Segment Start: Records for this task

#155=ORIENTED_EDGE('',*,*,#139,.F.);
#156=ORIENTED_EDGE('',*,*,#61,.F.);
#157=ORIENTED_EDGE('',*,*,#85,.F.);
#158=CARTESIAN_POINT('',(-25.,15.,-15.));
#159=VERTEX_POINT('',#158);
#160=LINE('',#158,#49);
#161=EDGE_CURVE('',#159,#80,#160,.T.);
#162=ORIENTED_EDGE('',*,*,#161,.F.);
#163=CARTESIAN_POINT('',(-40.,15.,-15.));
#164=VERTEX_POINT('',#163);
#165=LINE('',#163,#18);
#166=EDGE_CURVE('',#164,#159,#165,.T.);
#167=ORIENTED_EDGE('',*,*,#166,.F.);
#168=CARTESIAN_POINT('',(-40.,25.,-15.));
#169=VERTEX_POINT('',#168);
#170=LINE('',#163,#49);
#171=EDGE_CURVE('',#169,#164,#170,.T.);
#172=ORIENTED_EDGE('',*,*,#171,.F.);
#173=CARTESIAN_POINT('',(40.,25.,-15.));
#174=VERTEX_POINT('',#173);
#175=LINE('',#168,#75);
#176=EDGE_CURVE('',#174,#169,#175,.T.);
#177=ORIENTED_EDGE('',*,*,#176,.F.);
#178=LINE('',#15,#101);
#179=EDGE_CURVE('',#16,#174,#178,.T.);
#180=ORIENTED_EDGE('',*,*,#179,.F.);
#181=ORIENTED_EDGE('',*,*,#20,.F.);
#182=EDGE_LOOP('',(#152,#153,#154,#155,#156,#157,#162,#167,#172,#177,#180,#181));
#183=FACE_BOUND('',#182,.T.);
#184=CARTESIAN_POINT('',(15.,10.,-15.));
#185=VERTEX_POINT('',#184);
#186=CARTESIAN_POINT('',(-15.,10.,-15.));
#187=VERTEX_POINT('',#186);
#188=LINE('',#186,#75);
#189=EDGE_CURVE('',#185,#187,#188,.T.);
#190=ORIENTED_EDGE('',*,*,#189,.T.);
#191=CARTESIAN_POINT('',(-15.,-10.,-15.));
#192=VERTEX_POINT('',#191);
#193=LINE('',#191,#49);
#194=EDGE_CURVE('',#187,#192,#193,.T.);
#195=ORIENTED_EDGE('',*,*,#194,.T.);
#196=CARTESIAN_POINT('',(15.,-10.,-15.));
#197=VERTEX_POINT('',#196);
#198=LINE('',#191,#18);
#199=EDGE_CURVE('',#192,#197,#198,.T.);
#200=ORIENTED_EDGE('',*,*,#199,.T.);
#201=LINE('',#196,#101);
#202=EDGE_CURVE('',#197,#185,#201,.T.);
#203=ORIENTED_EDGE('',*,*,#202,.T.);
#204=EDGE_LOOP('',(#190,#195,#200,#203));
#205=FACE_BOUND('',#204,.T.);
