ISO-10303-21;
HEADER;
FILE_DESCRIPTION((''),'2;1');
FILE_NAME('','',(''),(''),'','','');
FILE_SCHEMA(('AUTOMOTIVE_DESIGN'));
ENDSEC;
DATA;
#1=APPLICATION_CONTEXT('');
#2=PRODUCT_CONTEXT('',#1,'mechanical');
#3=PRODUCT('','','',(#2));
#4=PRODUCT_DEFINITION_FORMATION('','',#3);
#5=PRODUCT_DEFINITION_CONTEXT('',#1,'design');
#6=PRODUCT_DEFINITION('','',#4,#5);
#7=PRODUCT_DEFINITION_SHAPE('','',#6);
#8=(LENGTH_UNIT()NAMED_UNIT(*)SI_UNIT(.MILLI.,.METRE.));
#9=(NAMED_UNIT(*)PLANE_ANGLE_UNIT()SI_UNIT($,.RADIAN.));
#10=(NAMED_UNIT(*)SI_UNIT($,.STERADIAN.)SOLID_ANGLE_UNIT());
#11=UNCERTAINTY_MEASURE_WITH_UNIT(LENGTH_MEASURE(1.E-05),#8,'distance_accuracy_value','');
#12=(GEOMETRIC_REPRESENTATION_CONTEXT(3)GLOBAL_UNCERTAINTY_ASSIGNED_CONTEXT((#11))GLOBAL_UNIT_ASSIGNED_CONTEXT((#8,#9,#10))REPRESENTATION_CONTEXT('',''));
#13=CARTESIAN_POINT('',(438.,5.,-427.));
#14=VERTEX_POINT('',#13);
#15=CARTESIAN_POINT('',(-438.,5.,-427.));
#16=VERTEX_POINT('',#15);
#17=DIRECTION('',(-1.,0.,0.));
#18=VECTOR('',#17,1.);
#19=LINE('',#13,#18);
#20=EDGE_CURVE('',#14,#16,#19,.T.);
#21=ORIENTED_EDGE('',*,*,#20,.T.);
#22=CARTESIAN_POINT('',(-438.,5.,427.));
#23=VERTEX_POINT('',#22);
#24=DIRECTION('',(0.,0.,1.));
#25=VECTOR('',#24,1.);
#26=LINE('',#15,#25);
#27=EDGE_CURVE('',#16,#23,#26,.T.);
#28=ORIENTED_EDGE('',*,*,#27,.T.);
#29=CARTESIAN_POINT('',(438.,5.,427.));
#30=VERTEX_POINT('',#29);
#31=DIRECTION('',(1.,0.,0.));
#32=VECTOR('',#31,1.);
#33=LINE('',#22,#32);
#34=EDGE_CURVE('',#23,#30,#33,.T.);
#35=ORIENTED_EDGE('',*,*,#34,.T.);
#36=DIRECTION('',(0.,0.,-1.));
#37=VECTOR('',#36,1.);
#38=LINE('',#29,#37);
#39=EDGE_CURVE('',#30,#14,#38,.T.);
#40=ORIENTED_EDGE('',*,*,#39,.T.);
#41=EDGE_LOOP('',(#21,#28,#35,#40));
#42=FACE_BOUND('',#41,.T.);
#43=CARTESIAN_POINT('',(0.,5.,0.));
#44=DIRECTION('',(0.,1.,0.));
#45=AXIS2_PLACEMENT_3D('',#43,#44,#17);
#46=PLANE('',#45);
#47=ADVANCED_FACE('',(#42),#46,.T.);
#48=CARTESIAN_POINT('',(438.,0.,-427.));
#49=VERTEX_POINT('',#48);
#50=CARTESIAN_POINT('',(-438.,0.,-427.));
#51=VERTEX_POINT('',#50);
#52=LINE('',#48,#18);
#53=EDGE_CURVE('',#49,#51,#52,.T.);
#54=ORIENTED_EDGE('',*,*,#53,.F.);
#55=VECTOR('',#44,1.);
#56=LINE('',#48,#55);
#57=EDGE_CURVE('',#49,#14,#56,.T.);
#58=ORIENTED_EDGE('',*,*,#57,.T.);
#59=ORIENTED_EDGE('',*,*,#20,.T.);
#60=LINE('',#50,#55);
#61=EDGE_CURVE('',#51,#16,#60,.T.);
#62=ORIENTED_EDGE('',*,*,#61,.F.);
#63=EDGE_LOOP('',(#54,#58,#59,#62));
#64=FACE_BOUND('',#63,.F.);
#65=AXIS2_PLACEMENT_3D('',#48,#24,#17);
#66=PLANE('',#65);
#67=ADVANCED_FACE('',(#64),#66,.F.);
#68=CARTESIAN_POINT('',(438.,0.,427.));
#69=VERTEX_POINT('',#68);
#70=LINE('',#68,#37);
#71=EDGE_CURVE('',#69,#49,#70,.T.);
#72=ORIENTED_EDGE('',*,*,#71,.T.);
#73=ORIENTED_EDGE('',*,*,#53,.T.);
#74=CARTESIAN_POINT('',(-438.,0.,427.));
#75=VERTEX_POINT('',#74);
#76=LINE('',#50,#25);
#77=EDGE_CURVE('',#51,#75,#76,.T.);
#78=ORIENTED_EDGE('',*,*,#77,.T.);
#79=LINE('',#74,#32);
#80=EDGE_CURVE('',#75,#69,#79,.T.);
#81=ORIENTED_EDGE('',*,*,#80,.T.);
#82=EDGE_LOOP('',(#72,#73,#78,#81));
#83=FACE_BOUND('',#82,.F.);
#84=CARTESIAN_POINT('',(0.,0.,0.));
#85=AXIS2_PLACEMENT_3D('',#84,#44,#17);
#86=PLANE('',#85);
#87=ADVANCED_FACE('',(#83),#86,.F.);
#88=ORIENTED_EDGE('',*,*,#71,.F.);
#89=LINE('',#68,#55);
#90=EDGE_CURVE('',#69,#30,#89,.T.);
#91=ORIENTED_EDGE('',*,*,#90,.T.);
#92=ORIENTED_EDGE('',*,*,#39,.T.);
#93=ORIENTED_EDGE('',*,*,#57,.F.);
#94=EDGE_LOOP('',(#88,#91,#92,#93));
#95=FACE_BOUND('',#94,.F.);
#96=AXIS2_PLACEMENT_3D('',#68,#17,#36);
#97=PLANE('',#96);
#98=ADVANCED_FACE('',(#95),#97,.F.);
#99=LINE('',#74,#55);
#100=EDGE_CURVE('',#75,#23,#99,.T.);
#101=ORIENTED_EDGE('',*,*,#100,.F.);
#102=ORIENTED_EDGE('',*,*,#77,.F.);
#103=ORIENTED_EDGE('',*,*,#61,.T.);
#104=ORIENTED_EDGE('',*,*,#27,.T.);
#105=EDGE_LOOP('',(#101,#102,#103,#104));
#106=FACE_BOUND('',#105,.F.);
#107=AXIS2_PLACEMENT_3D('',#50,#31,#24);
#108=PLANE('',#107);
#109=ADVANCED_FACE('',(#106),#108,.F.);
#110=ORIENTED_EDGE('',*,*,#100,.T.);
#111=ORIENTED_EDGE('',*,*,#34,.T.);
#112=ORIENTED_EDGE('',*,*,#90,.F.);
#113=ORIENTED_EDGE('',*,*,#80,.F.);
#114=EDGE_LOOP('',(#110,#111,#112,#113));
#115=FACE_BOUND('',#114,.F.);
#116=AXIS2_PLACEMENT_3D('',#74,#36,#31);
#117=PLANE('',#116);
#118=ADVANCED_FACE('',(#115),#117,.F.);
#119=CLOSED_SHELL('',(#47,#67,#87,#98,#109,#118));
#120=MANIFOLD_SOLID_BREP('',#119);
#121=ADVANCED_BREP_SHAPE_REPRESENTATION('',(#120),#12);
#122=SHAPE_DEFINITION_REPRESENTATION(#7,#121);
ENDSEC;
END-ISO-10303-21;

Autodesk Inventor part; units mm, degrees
ref_plane "YZ Plane" through (0, 0, 0) normal (1, 0, 0) x (0, 1, 0)
ref_plane "XZ Plane" through (0, 0, 0) normal (0, 1, 0) x (-1, 0, 0)
ref_plane "XY Plane" through (0, 0, 0) normal (0, 0, 1) x (1, 0, 0)
sketch "Эскиз1" plane through (0, 0, 0) normal (0, 1, 0) x (-1, 0, 0)
  line L0 (438, 427) -> (-438, 427)
  line L1 (-438, 427) -> (-438, -427)
  line L2 (-438, -427) -> (438, -427)
  line L3 (438, -427) -> (438, 427)
  line L4 (438, 427) -> (-438, -427) construction
  line L5 (-438, 427) -> (438, -427) construction
  point P0 (0, 0)
  dimension "d0" = 876
  dimension "d1" = 854
extrude "Пластина1" add sketch "Эскиз1" along normal blind 5
equation "\"d2\" = Толщина"
equation "\"Радиус_гибки\" = Толщина"
equation "\"Ширина_просечки\" = Толщина"
equation "\"Глубина_просечки\" = 0.5 * Толщина"
equation "\"Радиус_перехода\" = Радиус_гибки"
equation "\"Радиус_Якоби\" = Радиус_гибки"
equation "\"Размер_зазора\" = Толщина"
equation "\"Толщина\" = 5"
properties part number "GBK bottom 0113" material "Steel"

Segment End: Records for this task

◆ **What to do**: Should a line in the material contain "DIRECTION", copy it.

◆ **Completed task**:
#17=DIRECTION('',(-1.,0.,0.));
#24=DIRECTION('',(0.,0.,1.));
#31=DIRECTION('',(1.,0.,0.));
#36=DIRECTION('',(0.,0.,-1.));
#44=DIRECTION('',(0.,1.,0.));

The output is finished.